**Problem to work on**. Beginning with the line below that contains "extrude(amount=-CUT_EXTRUDE_19_DEPTH, mode=Mode.SUBTRACT)" and ending with the line that contains "188), (100, -188)])", copy every line exactly. Copy nothing else.
◆ ◆ ◆ ◆ ◆ ◆ ◆
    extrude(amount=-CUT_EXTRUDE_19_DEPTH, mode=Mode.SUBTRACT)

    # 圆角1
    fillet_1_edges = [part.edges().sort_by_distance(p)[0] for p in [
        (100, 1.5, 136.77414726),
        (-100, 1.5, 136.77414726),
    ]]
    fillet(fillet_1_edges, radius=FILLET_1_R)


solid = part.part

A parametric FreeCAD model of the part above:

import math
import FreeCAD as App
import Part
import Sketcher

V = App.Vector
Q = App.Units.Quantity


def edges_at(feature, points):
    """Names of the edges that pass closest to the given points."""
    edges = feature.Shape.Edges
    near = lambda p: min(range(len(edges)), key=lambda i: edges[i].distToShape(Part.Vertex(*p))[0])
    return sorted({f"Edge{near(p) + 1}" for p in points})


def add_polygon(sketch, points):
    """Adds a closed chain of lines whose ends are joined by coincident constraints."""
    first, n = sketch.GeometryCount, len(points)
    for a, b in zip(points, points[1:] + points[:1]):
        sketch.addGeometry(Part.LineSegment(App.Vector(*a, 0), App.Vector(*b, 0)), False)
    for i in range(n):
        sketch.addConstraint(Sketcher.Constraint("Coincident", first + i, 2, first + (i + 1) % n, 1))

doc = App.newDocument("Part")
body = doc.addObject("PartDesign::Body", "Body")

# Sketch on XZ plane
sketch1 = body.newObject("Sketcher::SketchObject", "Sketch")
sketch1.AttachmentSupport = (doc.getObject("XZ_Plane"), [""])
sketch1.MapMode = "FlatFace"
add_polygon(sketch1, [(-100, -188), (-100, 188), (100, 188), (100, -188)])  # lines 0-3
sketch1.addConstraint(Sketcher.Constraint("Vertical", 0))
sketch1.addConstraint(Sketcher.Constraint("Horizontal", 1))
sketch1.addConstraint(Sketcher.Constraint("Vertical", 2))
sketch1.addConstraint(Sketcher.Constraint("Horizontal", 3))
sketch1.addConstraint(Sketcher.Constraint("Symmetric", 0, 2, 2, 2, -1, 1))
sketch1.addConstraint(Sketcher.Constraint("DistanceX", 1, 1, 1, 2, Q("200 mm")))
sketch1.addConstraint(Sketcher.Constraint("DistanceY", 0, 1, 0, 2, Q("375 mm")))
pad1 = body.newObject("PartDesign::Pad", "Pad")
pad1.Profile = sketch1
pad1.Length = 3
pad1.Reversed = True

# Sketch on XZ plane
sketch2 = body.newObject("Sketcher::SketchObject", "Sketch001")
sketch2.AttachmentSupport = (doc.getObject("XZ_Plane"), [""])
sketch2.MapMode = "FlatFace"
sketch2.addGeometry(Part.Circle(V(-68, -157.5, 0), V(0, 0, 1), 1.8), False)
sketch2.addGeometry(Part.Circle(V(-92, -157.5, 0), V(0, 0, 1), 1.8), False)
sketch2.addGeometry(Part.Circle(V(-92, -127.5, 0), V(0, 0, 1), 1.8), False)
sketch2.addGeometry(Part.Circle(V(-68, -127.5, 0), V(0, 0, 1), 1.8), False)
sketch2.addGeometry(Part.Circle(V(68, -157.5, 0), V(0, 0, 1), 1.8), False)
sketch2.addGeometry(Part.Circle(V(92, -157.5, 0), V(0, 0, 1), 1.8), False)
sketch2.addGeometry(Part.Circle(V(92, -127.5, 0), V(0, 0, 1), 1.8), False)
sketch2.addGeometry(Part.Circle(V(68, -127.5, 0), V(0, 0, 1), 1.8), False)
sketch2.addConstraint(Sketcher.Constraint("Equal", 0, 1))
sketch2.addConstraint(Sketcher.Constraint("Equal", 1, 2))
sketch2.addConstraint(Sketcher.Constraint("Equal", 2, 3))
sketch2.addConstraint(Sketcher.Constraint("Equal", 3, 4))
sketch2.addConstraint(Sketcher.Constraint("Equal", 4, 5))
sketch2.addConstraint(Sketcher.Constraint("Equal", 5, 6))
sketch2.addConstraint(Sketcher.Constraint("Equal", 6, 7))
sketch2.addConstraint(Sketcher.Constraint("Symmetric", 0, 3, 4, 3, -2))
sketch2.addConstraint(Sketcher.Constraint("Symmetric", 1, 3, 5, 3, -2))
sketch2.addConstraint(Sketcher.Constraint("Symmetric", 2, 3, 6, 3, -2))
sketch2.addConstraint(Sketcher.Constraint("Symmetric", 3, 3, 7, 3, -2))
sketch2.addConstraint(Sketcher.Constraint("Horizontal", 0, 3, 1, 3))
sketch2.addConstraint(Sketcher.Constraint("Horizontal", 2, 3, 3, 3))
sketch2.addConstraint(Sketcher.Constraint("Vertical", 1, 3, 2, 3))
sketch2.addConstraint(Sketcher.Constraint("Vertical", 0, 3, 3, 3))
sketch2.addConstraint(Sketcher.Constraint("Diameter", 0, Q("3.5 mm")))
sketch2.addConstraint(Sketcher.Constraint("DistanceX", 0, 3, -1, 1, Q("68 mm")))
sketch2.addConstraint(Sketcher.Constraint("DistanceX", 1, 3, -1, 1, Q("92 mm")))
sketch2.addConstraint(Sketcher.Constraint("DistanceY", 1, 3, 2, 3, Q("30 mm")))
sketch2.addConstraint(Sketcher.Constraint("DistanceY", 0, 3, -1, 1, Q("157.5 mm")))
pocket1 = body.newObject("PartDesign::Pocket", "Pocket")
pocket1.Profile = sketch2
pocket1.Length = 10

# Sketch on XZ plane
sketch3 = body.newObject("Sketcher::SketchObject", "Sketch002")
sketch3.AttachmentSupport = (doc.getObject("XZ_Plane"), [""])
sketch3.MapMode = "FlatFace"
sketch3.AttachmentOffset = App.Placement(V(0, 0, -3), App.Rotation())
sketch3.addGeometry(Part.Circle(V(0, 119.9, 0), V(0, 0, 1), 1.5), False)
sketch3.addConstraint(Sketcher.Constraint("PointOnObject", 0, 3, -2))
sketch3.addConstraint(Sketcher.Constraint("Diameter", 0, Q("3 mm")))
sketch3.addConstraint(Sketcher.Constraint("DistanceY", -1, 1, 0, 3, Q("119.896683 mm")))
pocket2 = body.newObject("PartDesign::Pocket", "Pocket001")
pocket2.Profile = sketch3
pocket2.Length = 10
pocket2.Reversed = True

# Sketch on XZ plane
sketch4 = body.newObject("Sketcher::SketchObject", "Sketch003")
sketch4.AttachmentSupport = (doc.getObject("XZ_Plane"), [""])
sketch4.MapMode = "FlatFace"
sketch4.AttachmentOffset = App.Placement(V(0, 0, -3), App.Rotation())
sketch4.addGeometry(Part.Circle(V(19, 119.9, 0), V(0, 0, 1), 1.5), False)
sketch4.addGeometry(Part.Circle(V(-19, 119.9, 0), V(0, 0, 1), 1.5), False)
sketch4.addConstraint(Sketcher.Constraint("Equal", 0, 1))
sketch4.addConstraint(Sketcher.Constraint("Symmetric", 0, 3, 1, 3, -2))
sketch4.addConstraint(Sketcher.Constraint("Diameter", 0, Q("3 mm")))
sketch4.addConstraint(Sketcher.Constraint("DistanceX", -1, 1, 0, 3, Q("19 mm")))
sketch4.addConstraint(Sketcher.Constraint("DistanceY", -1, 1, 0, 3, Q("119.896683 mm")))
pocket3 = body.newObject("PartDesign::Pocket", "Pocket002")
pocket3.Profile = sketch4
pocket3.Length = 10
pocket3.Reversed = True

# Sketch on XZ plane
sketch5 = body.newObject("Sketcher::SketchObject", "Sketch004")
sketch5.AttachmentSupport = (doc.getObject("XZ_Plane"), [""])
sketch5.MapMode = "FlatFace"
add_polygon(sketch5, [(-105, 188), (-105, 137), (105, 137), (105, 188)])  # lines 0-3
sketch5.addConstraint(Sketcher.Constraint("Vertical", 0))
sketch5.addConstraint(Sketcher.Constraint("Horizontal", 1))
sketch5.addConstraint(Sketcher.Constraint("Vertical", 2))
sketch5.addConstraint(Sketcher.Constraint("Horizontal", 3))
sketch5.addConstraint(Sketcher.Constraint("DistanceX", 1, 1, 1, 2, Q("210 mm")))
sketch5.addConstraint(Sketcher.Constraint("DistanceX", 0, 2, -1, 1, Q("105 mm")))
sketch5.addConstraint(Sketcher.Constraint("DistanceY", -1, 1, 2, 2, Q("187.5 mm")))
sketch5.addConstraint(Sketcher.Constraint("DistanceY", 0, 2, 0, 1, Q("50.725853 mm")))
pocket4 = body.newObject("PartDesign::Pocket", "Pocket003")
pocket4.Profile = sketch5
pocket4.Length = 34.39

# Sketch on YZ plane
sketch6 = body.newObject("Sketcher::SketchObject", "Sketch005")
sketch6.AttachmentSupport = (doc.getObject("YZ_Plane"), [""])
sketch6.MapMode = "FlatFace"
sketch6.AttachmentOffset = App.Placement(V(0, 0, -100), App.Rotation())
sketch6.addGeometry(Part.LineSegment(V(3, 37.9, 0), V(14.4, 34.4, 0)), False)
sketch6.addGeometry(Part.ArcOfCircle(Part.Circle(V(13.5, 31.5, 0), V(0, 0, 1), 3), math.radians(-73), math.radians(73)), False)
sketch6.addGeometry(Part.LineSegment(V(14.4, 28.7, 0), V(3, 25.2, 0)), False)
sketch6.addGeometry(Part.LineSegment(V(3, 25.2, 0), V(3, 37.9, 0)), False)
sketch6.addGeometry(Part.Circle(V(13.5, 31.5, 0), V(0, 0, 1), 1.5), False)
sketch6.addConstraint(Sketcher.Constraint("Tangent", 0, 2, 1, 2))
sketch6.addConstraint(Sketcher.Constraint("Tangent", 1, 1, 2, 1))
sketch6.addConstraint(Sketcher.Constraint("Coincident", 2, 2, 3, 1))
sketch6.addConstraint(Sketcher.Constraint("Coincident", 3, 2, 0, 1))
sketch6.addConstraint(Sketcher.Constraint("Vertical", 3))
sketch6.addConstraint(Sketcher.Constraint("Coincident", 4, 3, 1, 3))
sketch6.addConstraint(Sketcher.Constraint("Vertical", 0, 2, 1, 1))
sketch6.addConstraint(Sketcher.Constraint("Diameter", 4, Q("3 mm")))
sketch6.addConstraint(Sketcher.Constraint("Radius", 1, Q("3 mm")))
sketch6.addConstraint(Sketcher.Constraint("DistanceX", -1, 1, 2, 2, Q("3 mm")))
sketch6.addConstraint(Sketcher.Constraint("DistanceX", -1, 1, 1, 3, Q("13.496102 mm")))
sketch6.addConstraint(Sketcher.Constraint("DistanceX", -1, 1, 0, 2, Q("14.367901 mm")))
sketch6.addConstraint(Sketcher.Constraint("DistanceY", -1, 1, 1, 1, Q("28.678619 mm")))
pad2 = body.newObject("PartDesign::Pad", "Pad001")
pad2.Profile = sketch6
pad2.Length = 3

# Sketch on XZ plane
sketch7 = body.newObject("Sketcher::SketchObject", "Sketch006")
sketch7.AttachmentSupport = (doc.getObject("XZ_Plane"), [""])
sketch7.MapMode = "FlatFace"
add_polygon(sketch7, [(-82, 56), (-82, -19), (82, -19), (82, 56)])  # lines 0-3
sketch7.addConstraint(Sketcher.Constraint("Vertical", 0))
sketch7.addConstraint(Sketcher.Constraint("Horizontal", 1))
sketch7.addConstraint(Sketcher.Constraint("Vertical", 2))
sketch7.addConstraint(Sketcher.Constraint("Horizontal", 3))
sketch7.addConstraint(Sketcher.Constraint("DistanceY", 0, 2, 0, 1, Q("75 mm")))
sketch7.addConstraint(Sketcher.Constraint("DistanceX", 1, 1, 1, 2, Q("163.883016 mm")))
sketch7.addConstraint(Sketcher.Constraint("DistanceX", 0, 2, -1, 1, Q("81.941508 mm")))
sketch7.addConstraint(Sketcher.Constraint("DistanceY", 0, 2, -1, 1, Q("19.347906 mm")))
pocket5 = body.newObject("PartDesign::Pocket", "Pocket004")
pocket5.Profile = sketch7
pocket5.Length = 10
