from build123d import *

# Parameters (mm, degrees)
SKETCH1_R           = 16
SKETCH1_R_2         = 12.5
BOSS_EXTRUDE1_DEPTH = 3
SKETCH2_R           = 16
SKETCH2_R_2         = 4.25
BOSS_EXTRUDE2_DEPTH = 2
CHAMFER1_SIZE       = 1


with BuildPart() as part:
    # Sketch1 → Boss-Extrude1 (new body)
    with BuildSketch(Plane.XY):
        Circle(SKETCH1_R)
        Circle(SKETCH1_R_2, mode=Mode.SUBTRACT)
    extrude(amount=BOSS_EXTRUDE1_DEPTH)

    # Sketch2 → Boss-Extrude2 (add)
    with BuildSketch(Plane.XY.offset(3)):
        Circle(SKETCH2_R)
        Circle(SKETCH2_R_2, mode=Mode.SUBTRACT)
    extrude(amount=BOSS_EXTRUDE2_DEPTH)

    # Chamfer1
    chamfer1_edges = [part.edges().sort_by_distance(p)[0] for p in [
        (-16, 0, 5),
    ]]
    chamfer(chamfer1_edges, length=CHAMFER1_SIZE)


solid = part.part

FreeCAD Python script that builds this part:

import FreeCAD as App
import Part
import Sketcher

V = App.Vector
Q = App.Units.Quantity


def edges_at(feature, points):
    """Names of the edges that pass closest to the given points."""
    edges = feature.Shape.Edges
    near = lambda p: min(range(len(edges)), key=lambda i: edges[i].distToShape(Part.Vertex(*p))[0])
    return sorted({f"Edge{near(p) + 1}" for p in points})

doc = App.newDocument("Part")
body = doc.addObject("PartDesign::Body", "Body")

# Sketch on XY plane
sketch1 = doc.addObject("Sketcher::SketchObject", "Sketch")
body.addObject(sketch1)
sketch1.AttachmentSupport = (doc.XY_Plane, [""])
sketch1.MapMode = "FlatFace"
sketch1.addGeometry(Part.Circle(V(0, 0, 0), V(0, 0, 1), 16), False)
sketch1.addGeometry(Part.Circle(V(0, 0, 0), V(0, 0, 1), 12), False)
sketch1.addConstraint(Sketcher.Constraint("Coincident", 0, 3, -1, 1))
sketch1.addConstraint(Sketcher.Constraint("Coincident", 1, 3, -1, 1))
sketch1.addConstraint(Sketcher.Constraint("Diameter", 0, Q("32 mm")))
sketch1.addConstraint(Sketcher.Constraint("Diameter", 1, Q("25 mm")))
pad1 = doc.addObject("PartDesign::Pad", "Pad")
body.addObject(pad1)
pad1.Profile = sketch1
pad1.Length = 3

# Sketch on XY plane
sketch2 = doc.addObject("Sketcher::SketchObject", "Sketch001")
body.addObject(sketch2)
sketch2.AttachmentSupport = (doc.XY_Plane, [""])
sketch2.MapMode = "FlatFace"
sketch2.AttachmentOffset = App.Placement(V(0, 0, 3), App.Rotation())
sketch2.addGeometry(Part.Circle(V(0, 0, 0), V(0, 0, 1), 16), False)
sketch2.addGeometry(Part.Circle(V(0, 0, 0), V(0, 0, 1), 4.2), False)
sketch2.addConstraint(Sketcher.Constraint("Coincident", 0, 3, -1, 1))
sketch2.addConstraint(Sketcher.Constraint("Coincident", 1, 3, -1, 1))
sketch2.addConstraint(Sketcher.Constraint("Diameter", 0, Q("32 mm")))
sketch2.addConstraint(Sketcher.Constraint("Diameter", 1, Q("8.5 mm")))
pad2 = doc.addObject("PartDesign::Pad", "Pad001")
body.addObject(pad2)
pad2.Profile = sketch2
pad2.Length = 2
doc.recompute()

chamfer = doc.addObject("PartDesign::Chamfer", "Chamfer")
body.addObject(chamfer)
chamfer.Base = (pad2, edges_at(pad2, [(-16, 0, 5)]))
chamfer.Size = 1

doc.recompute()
◆ ◆ ◆ ◆ ◆ ◆ ◆
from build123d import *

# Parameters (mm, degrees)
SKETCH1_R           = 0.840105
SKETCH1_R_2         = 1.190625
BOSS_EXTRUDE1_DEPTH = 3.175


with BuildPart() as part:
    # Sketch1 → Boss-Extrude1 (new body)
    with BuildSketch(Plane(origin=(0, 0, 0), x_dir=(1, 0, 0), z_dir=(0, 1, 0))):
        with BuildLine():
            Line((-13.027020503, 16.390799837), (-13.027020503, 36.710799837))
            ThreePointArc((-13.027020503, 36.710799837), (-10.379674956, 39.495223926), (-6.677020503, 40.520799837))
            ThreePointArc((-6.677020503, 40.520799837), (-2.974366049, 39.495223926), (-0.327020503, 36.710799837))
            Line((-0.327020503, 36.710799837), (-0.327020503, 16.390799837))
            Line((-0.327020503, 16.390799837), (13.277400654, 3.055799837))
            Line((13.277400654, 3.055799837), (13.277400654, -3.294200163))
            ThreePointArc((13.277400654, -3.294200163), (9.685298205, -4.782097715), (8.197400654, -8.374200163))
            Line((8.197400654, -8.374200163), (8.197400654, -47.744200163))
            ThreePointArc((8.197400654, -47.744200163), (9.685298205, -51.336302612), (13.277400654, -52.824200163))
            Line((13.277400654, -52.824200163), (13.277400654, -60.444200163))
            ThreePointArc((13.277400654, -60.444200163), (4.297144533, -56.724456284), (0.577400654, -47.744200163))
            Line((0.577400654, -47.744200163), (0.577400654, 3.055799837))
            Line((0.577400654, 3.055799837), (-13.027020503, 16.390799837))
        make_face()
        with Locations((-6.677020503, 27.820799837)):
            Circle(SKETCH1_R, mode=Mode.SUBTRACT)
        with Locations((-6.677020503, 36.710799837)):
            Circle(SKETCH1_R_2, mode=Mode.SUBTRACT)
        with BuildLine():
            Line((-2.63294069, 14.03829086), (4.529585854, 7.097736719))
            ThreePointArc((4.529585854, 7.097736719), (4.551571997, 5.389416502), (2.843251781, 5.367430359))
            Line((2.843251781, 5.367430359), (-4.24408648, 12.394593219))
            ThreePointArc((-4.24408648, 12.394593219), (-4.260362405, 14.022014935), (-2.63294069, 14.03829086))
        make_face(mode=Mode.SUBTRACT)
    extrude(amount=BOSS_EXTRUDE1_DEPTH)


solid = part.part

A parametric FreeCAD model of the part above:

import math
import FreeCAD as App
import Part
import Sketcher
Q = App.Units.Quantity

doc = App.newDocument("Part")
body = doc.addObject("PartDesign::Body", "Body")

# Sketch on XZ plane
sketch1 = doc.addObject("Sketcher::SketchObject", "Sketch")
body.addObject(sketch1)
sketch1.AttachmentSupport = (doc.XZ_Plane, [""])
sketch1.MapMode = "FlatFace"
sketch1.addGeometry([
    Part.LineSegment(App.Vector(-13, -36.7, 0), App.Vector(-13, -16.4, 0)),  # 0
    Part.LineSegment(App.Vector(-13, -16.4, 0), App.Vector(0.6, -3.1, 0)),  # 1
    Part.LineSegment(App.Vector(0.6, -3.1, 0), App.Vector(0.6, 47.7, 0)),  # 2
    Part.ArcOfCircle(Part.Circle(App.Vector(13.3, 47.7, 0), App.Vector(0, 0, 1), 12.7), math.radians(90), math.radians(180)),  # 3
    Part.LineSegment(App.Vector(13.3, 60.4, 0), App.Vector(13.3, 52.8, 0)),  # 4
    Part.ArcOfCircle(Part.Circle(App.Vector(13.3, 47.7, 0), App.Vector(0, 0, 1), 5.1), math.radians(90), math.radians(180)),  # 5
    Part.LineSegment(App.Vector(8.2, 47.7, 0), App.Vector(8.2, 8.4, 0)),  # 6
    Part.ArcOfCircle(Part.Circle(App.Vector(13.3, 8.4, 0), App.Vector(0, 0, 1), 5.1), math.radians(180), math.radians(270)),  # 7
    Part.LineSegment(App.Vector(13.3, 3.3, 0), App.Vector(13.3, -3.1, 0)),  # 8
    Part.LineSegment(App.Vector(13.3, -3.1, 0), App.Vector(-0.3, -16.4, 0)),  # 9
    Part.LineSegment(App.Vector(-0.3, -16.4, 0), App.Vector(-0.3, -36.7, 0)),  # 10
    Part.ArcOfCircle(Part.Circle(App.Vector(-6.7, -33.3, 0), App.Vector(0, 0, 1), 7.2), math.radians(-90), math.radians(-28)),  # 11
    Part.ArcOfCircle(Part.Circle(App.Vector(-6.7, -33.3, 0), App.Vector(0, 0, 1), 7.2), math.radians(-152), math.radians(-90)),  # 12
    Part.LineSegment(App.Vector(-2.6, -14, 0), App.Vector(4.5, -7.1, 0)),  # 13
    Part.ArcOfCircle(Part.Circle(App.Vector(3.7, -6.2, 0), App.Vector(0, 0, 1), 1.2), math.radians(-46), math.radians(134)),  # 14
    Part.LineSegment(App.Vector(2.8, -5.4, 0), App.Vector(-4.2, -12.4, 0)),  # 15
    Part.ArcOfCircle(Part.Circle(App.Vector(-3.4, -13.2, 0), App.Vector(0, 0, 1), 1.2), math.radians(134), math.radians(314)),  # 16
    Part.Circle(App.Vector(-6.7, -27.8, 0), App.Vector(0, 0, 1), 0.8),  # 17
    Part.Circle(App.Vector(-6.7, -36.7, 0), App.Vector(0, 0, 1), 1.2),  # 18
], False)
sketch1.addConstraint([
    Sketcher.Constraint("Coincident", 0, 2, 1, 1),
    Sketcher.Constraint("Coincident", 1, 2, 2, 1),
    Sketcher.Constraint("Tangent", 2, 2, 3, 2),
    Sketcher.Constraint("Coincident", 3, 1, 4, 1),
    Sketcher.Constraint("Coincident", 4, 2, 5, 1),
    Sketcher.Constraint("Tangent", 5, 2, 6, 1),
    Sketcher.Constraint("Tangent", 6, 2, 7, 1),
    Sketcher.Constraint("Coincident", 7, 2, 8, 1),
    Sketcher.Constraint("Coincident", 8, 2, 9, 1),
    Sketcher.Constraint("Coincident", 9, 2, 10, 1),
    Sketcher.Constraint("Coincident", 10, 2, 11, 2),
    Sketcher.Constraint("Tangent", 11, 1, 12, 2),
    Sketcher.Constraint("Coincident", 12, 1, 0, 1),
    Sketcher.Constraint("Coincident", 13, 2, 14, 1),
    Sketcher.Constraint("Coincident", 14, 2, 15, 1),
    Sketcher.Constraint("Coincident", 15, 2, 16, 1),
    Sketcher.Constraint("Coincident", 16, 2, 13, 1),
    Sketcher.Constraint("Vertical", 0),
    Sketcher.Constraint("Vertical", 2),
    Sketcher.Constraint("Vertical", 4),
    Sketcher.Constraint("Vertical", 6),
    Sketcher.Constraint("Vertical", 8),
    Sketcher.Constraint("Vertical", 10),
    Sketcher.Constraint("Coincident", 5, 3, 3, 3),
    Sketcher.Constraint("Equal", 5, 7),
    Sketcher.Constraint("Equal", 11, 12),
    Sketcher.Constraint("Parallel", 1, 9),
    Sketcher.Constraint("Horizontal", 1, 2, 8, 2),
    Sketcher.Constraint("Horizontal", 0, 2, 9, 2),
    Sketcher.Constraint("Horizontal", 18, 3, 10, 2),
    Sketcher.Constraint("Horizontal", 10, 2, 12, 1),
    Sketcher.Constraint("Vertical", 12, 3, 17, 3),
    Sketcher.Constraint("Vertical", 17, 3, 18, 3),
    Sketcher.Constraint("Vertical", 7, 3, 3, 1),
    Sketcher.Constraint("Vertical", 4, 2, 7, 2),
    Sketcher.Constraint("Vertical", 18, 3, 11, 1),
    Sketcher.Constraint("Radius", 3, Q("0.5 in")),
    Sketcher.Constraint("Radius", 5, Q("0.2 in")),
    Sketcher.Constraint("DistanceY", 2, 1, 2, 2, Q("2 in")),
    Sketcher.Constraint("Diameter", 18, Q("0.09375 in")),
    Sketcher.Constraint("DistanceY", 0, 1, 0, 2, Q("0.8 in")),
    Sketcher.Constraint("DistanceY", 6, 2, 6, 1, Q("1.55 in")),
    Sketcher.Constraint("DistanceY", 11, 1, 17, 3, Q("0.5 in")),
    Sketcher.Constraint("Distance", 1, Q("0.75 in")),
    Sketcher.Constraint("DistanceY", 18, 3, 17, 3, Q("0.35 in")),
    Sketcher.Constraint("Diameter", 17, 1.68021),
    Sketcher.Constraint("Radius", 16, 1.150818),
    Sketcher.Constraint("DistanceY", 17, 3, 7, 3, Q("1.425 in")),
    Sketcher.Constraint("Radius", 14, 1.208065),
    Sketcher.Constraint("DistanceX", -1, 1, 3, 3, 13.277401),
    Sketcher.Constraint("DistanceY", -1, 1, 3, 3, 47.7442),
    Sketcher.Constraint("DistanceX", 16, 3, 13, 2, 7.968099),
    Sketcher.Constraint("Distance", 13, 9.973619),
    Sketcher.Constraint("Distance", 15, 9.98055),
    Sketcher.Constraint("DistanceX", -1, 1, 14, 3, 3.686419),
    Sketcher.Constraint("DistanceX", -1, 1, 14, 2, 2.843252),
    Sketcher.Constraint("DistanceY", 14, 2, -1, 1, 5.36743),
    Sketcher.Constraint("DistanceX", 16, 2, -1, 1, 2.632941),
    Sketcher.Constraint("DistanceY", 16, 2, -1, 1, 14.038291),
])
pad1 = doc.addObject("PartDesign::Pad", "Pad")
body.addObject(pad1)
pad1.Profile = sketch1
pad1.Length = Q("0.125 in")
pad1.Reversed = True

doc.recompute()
◆ ◆ ◆ ◆ ◆ ◆ ◆
**Problem solution**.
    extrude(amount=-CUT_EXTRUDE_19_DEPTH, mode=Mode.SUBTRACT)

    # 圆角1
    fillet_1_edges = [part.edges().sort_by_distance(p)[0] for p in [
        (100, 1.5, 136.77414726),
        (-100, 1.5, 136.77414726),
    ]]
    fillet(fillet_1_edges, radius=FILLET_1_R)


solid = part.part

A parametric FreeCAD model of the part above:

import math
import FreeCAD as App
import Part
import Sketcher

V = App.Vector
Q = App.Units.Quantity


def edges_at(feature, points):
    """Names of the edges that pass closest to the given points."""
    edges = feature.Shape.Edges
    near = lambda p: min(range(len(edges)), key=lambda i: edges[i].distToShape(Part.Vertex(*p))[0])
    return sorted({f"Edge{near(p) + 1}" for p in points})


def add_polygon(sketch, points):
    """Adds a closed chain of lines whose ends are joined by coincident constraints."""
    first, n = sketch.GeometryCount, len(points)
    for a, b in zip(points, points[1:] + points[:1]):
        sketch.addGeometry(Part.LineSegment(App.Vector(*a, 0), App.Vector(*b, 0)), False)
    for i in range(n):
        sketch.addConstraint(Sketcher.Constraint("Coincident", first + i, 2, first + (i + 1) % n, 1))

doc = App.newDocument("Part")
body = doc.addObject("PartDesign::Body", "Body")

# Sketch on XZ plane
sketch1 = body.newObject("Sketcher::SketchObject", "Sketch")
sketch1.AttachmentSupport = (doc.getObject("XZ_Plane"), [""])
sketch1.MapMode = "FlatFace"
add_polygon(sketch1, [(-100, -188), (-100, 188), (100, 188), (100, -188)])  # lines 0-3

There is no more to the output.